### THE INPUT
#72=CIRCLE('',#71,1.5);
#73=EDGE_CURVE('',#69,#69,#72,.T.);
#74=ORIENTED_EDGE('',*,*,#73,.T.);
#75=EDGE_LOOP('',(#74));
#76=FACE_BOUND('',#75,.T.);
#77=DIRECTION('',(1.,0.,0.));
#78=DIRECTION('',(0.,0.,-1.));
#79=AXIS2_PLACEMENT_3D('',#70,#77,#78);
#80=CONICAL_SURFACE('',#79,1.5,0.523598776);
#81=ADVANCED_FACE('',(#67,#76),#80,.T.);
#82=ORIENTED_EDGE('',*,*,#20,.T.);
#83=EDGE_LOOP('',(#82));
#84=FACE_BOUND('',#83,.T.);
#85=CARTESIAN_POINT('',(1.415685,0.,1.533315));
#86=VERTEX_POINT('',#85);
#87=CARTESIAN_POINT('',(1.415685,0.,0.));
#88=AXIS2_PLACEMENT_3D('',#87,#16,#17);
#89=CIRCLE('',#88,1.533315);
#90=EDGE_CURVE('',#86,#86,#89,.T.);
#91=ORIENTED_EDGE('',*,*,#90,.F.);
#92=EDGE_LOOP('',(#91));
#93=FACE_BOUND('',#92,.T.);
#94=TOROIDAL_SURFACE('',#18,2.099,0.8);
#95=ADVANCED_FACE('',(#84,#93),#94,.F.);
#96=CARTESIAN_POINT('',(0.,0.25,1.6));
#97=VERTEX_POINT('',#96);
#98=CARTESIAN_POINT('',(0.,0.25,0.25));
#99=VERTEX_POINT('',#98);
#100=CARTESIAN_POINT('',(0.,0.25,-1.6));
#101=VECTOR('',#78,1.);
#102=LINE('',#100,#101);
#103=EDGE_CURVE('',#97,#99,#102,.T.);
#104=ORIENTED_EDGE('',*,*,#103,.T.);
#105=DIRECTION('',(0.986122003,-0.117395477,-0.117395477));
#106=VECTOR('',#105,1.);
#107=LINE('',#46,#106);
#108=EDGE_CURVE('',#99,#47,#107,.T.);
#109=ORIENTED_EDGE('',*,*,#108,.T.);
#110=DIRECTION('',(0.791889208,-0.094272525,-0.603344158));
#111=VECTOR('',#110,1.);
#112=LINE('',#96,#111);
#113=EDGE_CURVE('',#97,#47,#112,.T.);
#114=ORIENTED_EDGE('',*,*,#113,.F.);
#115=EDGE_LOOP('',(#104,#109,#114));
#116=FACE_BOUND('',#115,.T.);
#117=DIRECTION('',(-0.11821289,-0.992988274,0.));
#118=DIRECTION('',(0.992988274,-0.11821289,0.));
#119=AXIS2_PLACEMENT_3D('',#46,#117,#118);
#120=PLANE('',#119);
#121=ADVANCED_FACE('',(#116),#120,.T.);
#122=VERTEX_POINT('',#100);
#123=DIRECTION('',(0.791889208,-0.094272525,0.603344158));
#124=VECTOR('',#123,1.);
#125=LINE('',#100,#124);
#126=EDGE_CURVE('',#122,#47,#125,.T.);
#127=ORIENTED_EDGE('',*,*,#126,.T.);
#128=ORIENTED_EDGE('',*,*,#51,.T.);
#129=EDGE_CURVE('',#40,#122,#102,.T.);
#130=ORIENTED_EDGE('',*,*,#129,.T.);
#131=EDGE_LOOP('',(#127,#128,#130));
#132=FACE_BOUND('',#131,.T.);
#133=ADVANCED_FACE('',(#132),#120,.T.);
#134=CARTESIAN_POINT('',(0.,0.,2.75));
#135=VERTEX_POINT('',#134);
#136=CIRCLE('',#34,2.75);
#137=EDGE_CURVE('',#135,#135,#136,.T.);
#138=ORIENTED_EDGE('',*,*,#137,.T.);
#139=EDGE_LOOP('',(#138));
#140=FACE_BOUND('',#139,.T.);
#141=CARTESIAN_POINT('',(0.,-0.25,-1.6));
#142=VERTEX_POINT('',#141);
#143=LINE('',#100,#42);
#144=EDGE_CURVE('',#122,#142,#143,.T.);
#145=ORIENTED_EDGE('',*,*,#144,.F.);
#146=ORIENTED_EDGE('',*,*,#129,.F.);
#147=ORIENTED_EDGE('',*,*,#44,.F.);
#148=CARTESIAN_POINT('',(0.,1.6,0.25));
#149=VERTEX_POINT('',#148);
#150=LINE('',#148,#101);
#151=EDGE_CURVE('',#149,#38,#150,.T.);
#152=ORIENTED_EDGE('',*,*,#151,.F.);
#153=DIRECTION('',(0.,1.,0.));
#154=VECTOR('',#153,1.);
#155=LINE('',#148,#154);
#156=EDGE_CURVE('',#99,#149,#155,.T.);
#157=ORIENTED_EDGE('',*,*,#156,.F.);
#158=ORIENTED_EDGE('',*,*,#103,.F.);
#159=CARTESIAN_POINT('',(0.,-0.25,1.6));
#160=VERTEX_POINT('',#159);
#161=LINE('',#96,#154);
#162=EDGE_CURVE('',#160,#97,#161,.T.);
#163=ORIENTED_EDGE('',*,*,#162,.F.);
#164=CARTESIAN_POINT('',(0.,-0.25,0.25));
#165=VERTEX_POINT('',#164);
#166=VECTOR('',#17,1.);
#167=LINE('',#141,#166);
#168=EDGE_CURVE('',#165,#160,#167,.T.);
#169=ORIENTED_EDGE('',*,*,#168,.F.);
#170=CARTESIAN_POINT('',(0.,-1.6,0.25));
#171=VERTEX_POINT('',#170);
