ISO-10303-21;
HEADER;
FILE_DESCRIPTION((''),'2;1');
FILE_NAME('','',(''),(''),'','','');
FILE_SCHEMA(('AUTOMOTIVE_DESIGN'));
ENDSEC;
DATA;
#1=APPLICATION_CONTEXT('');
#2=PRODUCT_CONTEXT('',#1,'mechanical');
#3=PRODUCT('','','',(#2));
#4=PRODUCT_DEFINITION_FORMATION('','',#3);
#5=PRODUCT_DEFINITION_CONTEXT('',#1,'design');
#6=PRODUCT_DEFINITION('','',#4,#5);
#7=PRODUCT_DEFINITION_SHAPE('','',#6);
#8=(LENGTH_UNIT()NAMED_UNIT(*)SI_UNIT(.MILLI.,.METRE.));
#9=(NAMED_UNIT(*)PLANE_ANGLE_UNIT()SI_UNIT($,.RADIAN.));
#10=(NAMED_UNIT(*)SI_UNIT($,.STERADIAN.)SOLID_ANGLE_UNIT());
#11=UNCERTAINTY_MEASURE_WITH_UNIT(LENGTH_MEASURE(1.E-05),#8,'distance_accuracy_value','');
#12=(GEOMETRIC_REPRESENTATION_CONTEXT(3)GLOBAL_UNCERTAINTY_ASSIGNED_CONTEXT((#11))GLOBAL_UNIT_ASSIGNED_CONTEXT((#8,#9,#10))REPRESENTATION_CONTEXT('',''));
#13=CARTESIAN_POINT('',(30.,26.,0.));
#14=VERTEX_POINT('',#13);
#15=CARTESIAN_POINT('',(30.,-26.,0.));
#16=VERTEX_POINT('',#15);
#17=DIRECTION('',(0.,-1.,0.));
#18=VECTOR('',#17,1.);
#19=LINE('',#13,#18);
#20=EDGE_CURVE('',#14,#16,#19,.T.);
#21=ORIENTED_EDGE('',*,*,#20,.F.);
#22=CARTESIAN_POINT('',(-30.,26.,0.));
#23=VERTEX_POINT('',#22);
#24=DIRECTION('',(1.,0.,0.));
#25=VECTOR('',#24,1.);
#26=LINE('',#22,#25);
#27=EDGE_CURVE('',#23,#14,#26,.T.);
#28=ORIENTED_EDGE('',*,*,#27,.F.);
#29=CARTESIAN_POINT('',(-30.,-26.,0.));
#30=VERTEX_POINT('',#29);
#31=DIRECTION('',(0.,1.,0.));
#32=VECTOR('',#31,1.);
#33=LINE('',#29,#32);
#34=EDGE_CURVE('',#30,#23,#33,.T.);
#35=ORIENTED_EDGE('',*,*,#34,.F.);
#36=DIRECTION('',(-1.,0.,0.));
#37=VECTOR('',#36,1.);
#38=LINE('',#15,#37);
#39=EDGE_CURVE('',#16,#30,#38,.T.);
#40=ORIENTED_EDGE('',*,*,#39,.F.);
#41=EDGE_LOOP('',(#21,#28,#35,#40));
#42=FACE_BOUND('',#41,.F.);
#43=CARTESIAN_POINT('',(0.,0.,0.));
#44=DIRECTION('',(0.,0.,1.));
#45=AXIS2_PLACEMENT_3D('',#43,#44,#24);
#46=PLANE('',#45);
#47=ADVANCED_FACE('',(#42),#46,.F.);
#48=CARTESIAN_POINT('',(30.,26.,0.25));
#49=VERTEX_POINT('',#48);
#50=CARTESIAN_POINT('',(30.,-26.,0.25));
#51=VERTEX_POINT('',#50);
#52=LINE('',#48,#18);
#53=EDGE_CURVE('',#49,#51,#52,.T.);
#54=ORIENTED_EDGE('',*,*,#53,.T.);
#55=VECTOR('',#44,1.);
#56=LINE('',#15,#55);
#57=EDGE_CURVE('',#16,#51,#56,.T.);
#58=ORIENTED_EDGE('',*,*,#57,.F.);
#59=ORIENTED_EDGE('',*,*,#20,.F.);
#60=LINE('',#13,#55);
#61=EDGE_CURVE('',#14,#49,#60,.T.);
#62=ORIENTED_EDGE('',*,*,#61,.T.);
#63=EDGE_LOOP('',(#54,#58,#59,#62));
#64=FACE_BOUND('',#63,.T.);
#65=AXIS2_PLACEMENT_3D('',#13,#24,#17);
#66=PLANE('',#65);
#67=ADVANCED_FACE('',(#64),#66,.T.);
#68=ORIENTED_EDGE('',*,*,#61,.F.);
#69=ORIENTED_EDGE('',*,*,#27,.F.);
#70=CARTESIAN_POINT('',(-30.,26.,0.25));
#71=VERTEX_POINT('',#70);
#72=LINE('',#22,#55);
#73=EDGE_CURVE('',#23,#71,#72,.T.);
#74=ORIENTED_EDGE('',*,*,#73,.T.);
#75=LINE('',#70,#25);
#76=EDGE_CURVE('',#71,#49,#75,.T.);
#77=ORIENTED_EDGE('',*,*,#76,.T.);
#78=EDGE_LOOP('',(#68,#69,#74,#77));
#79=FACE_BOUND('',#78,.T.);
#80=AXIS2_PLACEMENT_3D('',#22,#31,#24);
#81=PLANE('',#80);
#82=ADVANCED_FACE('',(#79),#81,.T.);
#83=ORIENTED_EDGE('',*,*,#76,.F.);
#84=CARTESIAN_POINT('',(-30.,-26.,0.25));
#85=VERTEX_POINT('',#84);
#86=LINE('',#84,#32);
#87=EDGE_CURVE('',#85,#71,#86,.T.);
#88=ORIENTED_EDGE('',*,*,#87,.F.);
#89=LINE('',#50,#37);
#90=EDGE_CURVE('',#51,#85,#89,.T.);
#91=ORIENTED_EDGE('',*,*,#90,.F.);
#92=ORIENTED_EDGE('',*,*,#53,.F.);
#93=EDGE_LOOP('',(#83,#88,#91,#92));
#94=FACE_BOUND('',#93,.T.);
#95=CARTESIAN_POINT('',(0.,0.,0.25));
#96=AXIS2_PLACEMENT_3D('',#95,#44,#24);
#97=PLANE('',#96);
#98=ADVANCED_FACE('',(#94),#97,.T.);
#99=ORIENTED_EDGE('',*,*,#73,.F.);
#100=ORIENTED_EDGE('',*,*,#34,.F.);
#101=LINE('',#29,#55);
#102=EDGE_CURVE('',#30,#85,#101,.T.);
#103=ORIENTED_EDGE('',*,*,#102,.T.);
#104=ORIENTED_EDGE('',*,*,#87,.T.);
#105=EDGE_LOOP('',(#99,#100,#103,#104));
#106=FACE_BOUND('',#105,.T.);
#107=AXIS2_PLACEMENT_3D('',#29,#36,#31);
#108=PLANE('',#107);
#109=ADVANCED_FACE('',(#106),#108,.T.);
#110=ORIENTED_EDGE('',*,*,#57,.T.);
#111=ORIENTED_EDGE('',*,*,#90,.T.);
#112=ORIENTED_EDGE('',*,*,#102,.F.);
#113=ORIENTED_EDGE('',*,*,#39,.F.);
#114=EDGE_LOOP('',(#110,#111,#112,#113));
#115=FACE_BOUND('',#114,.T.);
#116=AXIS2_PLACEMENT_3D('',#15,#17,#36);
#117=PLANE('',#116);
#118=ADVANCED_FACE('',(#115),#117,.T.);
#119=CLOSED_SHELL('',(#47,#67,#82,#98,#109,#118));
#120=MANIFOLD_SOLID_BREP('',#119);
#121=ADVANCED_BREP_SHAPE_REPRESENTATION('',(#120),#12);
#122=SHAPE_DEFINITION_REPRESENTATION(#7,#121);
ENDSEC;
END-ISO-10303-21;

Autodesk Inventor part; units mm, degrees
ref_plane "YZ Plane" through (0, 0, 0) normal (1, 0, 0) x (0, 1, 0)
ref_plane "XZ Plane" through (0, 0, 0) normal (0, 1, 0) x (-1, 0, 0)
ref_plane "XY Plane" through (0, 0, 0) normal (0, 0, 1) x (1, 0, 0)
sketch "Sketch1" plane through (0, 0, 0) normal (0, 0, 1) x (1, 0, 0)
  line L0 (-30, 26) -> (30, 26)
  line L1 (30, 26) -> (30, -26)
  line L2 (30, -26) -> (-30, -26)
  line L3 (-30, -26) -> (-30, 26)
  point P0 (0, 0)
  point P1 (0, 26)
  point P2 (30, 0)
  dimension "d0" = 60
  dimension "d1" = 52
extrude "Extrusion1" add sketch "Sketch1" along normal blind 0.25
properties part number "Flat60"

### TASK DIRECTIONS
Write out exactly the lines above between the line with "#9=(NAMED_UNIT(*)PLANE_ANGLE_UNIT()SI_UNIT($,.RADIAN.));" and the line with "#66=PLANE('',#65);", inclusive, and nothing beyond them.

### RESULT FOR THIS TASK
#9=(NAMED_UNIT(*)PLANE_ANGLE_UNIT()SI_UNIT($,.RADIAN.));
#10=(NAMED_UNIT(*)SI_UNIT($,.STERADIAN.)SOLID_ANGLE_UNIT());
#11=UNCERTAINTY_MEASURE_WITH_UNIT(LENGTH_MEASURE(1.E-05),#8,'distance_accuracy_value','');
#12=(GEOMETRIC_REPRESENTATION_CONTEXT(3)GLOBAL_UNCERTAINTY_ASSIGNED_CONTEXT((#11))GLOBAL_UNIT_ASSIGNED_CONTEXT((#8,#9,#10))REPRESENTATION_CONTEXT('',''));
#13=CARTESIAN_POINT('',(30.,26.,0.));
#14=VERTEX_POINT('',#13);
#15=CARTESIAN_POINT('',(30.,-26.,0.));
#16=VERTEX_POINT('',#15);
#17=DIRECTION('',(0.,-1.,0.));
#18=VECTOR('',#17,1.);
#19=LINE('',#13,#18);
#20=EDGE_CURVE('',#14,#16,#19,.T.);
#21=ORIENTED_EDGE('',*,*,#20,.F.);
#22=CARTESIAN_POINT('',(-30.,26.,0.));
#23=VERTEX_POINT('',#22);
#24=DIRECTION('',(1.,0.,0.));
#25=VECTOR('',#24,1.);
#26=LINE('',#22,#25);
#27=EDGE_CURVE('',#23,#14,#26,.T.);
#28=ORIENTED_EDGE('',*,*,#27,.F.);
#29=CARTESIAN_POINT('',(-30.,-26.,0.));
#30=VERTEX_POINT('',#29);
#31=DIRECTION('',(0.,1.,0.));
#32=VECTOR('',#31,1.);
#33=LINE('',#29,#32);
#34=EDGE_CURVE('',#30,#23,#33,.T.);
#35=ORIENTED_EDGE('',*,*,#34,.F.);
#36=DIRECTION('',(-1.,0.,0.));
#37=VECTOR('',#36,1.);
#38=LINE('',#15,#37);
#39=EDGE_CURVE('',#16,#30,#38,.T.);
#40=ORIENTED_EDGE('',*,*,#39,.F.);
#41=EDGE_LOOP('',(#21,#28,#35,#40));
#42=FACE_BOUND('',#41,.F.);
#43=CARTESIAN_POINT('',(0.,0.,0.));
#44=DIRECTION('',(0.,0.,1.));
#45=AXIS2_PLACEMENT_3D('',#43,#44,#24);
#46=PLANE('',#45);
#47=ADVANCED_FACE('',(#42),#46,.F.);
#48=CARTESIAN_POINT('',(30.,26.,0.25));
#49=VERTEX_POINT('',#48);
#50=CARTESIAN_POINT('',(30.,-26.,0.25));
#51=VERTEX_POINT('',#50);
#52=LINE('',#48,#18);
#53=EDGE_CURVE('',#49,#51,#52,.T.);
#54=ORIENTED_EDGE('',*,*,#53,.T.);
#55=VECTOR('',#44,1.);
#56=LINE('',#15,#55);
#57=EDGE_CURVE('',#16,#51,#56,.T.);
#58=ORIENTED_EDGE('',*,*,#57,.F.);
#59=ORIENTED_EDGE('',*,*,#20,.F.);
#60=LINE('',#13,#55);
#61=EDGE_CURVE('',#14,#49,#60,.T.);
#62=ORIENTED_EDGE('',*,*,#61,.T.);
#63=EDGE_LOOP('',(#54,#58,#59,#62));
#64=FACE_BOUND('',#63,.T.);
#65=AXIS2_PLACEMENT_3D('',#13,#24,#17);
#66=PLANE('',#65);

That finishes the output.